YOUR OBJECTIVE: Within the records that follow, count the lines containing the string "this". Reply only with the count.

[Dataset entries]
+ + + + +

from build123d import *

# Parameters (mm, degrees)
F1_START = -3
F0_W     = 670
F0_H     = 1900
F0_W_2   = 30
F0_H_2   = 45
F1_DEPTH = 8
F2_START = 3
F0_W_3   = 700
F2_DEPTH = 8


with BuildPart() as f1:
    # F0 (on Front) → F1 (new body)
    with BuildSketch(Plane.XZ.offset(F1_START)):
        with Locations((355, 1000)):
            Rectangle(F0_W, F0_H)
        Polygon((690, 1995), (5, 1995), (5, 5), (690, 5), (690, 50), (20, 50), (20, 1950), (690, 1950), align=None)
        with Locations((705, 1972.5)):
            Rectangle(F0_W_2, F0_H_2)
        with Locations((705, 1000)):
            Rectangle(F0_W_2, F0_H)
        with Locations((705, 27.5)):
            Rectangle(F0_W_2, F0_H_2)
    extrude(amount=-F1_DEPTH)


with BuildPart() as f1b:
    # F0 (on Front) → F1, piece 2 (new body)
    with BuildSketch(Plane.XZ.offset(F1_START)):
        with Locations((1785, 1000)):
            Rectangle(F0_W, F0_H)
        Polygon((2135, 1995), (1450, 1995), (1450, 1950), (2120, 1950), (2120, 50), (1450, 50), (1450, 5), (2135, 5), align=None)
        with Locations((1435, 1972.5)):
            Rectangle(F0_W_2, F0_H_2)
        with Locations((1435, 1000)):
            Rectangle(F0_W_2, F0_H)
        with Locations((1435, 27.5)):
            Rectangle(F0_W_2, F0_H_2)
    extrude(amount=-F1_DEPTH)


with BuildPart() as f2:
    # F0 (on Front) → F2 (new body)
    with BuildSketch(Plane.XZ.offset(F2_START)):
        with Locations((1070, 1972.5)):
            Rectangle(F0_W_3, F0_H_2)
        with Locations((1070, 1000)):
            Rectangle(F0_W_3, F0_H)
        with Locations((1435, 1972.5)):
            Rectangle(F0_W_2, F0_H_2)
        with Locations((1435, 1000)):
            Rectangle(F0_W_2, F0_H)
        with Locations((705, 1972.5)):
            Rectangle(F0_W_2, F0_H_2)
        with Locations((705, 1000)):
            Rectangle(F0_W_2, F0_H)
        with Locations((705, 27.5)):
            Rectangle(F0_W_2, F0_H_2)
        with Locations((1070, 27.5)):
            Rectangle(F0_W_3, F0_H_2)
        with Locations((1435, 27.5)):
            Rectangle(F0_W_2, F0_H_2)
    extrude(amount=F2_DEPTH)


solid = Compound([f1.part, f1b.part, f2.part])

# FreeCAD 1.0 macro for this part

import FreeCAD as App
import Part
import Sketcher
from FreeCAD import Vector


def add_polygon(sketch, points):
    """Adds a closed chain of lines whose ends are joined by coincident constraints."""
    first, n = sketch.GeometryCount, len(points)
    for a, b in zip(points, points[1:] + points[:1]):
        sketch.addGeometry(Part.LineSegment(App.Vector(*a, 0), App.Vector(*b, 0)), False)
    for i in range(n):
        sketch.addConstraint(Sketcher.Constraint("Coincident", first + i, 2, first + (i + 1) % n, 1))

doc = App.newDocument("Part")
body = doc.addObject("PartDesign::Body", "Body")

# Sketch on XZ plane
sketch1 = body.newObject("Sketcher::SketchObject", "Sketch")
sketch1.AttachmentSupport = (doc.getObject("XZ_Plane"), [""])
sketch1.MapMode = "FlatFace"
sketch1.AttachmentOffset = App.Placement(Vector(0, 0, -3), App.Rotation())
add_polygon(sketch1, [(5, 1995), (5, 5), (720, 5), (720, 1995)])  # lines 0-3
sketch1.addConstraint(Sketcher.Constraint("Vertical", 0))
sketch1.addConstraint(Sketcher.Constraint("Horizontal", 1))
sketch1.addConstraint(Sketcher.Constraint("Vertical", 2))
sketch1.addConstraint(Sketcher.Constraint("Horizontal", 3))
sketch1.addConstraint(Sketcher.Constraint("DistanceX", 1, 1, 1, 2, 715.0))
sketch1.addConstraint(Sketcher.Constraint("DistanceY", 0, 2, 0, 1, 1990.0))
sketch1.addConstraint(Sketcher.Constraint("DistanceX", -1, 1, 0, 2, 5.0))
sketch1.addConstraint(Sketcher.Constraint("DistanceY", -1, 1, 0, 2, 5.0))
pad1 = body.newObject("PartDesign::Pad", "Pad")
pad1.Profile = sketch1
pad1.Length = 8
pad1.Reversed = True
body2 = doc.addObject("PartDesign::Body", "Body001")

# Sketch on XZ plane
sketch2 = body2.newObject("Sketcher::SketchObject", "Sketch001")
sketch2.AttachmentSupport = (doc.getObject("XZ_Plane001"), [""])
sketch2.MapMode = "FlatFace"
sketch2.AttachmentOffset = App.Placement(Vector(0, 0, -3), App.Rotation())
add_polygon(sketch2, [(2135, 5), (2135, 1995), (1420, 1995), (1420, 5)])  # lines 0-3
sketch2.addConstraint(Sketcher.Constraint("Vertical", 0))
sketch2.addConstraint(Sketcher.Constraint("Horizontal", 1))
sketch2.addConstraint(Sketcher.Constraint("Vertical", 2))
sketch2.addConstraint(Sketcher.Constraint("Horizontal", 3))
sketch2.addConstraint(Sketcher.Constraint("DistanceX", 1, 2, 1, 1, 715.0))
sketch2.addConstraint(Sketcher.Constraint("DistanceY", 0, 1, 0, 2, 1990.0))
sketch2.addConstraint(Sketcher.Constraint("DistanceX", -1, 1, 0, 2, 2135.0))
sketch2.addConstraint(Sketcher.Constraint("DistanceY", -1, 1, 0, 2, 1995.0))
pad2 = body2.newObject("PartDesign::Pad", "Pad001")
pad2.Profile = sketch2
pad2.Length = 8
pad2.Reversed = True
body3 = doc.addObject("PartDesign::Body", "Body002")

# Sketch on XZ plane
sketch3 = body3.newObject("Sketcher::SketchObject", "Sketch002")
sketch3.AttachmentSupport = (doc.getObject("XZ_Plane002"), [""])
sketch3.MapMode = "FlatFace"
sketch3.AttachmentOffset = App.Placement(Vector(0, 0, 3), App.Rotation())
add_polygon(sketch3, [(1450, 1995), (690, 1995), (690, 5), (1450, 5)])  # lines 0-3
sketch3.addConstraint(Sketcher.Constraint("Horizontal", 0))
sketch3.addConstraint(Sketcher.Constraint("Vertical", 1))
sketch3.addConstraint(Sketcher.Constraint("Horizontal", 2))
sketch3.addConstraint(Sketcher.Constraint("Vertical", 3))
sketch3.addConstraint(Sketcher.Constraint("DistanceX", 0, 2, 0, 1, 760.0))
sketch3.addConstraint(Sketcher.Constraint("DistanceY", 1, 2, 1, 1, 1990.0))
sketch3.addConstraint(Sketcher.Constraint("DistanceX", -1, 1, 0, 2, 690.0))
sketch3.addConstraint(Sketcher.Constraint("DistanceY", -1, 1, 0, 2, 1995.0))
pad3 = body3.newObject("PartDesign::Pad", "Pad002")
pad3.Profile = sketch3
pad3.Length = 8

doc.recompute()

+ + + + +

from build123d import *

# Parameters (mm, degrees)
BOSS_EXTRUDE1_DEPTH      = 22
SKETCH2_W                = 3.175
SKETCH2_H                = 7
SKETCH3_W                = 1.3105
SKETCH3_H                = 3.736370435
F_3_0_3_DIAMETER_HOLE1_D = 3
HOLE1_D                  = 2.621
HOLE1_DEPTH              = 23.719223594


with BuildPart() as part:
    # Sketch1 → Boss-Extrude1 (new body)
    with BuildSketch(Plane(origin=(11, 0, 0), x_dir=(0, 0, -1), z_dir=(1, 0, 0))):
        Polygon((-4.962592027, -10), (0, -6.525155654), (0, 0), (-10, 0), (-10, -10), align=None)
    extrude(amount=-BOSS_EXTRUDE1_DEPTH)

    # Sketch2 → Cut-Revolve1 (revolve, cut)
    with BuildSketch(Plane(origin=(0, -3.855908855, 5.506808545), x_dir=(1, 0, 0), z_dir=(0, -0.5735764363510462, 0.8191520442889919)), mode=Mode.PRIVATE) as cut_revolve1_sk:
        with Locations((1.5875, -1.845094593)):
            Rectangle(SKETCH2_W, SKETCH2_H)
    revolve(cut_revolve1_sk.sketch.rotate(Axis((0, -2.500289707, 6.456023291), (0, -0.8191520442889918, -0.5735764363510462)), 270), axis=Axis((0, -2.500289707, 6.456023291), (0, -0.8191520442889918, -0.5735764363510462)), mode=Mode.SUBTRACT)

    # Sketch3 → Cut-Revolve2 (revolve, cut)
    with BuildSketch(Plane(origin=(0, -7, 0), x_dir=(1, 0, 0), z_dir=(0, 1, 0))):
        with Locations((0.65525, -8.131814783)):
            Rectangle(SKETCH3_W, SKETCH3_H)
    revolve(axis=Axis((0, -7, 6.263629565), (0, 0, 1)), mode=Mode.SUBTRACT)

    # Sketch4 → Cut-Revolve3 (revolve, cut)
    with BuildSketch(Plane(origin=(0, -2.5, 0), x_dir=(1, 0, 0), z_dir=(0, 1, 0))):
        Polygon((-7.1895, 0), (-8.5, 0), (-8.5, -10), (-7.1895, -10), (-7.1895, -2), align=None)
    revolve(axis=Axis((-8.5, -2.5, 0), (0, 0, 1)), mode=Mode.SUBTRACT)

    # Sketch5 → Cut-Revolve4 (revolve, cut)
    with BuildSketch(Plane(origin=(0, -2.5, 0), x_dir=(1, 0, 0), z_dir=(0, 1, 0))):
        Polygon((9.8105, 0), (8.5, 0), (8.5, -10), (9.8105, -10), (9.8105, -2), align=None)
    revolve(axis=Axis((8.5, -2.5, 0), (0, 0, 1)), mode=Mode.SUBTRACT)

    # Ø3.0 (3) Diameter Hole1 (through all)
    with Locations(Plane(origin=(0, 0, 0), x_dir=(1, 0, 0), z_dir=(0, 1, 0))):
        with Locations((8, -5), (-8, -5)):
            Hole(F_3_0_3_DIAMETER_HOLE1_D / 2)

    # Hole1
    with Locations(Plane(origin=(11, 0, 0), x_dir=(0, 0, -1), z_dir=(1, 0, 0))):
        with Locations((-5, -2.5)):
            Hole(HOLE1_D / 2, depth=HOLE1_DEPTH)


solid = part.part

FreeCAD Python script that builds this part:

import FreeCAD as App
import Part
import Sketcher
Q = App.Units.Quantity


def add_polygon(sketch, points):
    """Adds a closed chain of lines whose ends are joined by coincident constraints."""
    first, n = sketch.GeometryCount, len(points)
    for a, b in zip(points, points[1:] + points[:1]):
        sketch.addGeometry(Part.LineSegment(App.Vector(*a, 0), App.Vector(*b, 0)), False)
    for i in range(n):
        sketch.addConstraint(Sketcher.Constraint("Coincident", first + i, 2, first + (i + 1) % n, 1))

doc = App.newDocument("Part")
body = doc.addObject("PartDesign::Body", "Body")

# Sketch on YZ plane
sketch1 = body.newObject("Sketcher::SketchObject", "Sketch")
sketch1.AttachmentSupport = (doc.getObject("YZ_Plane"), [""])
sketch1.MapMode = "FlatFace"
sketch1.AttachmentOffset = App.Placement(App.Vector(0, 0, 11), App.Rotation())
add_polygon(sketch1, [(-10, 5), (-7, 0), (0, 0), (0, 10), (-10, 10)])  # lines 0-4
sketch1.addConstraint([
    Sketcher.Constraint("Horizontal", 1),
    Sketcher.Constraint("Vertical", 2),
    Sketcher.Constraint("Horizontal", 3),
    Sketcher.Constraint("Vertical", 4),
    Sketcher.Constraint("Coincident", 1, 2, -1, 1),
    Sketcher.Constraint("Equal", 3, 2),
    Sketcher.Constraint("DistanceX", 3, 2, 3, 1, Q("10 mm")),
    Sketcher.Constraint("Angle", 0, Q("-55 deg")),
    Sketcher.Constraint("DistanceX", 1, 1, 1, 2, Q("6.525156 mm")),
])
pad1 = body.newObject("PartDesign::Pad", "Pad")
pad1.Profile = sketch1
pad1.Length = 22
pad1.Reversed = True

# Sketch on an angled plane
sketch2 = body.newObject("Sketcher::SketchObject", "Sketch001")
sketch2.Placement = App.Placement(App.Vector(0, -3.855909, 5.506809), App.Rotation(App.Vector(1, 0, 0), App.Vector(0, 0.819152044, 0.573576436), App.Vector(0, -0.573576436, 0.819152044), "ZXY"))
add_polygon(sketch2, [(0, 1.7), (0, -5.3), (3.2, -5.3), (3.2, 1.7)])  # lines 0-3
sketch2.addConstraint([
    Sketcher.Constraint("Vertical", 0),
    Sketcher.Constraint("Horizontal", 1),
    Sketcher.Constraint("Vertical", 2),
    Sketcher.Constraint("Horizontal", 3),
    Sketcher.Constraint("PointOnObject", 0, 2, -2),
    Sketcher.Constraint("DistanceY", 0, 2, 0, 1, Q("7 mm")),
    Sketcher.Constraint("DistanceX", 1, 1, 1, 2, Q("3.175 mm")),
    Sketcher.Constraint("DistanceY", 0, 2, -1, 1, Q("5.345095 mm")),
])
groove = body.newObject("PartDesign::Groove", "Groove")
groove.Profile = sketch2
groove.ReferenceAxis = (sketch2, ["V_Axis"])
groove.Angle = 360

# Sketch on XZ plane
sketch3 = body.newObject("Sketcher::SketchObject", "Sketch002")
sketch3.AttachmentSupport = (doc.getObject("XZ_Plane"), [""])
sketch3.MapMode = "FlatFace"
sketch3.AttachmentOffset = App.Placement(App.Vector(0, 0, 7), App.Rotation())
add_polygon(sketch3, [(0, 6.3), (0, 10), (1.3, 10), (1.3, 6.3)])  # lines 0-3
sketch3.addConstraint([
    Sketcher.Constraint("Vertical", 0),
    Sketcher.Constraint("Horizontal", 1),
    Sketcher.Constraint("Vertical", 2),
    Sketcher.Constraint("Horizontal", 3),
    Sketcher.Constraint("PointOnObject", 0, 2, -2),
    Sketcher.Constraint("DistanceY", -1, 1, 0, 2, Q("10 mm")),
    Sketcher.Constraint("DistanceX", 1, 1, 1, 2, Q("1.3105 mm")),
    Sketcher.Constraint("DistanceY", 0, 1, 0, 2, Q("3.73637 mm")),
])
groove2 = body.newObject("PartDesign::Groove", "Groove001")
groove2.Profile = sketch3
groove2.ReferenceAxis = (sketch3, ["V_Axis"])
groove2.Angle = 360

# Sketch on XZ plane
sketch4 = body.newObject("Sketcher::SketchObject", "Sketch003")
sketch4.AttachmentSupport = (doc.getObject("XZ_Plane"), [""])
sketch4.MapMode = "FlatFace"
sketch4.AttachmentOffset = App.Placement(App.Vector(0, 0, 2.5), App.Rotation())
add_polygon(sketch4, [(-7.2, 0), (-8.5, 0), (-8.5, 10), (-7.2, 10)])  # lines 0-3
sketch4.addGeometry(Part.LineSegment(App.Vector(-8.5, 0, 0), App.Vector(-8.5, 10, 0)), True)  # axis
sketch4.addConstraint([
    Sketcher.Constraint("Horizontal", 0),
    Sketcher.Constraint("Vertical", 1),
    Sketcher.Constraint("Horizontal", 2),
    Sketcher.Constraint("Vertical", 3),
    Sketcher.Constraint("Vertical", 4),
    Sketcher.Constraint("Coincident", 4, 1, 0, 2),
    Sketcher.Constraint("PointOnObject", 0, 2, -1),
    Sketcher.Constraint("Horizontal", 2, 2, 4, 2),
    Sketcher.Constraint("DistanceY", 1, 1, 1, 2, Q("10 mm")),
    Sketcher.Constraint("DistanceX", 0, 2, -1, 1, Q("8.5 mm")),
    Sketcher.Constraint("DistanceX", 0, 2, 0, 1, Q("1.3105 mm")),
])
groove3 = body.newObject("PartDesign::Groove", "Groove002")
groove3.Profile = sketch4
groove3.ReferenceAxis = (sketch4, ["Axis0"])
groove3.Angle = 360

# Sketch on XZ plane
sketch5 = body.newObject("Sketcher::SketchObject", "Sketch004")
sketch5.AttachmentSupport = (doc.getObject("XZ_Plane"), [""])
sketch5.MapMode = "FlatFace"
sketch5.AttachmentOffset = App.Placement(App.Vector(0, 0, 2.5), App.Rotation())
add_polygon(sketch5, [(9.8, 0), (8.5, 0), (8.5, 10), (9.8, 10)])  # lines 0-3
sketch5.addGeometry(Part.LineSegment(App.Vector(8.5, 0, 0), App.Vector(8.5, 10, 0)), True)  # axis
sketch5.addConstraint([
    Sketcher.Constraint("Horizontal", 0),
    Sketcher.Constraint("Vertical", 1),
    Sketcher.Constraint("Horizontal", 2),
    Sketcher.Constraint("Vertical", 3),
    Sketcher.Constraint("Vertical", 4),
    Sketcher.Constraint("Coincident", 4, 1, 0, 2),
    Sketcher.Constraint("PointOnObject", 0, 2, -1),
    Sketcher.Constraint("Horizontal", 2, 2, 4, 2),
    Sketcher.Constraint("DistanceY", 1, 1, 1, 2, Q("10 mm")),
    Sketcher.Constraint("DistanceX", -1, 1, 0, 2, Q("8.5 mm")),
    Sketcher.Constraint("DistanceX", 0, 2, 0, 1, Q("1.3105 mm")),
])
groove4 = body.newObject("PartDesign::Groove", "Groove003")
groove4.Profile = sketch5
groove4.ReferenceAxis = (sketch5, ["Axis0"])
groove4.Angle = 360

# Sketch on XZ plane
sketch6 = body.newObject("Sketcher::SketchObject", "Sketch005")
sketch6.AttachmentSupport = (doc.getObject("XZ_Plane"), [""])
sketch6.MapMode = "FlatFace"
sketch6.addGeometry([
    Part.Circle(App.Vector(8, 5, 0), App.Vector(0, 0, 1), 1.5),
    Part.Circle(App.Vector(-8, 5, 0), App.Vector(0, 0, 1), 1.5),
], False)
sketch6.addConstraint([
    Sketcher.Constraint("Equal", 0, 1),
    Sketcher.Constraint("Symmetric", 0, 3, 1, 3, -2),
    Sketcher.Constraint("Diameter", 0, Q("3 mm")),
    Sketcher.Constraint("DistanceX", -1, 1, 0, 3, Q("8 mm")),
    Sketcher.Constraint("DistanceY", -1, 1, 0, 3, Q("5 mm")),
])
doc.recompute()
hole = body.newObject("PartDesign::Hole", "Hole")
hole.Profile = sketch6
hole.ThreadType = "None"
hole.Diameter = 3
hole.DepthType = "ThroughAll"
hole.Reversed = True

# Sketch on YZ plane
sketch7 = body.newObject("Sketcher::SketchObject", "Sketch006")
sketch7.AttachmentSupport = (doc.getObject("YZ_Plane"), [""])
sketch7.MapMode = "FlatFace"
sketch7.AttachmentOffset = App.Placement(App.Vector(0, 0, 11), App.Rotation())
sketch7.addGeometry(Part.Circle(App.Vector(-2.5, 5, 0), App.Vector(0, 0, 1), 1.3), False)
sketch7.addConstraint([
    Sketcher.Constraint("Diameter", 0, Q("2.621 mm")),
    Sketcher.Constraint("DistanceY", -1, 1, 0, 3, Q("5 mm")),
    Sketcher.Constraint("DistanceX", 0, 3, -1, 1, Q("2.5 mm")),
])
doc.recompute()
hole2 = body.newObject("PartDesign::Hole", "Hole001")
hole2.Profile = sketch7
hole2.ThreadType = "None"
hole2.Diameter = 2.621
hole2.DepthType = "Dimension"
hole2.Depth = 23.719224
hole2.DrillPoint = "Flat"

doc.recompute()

+ + + + +

TASK OUTPUT: 2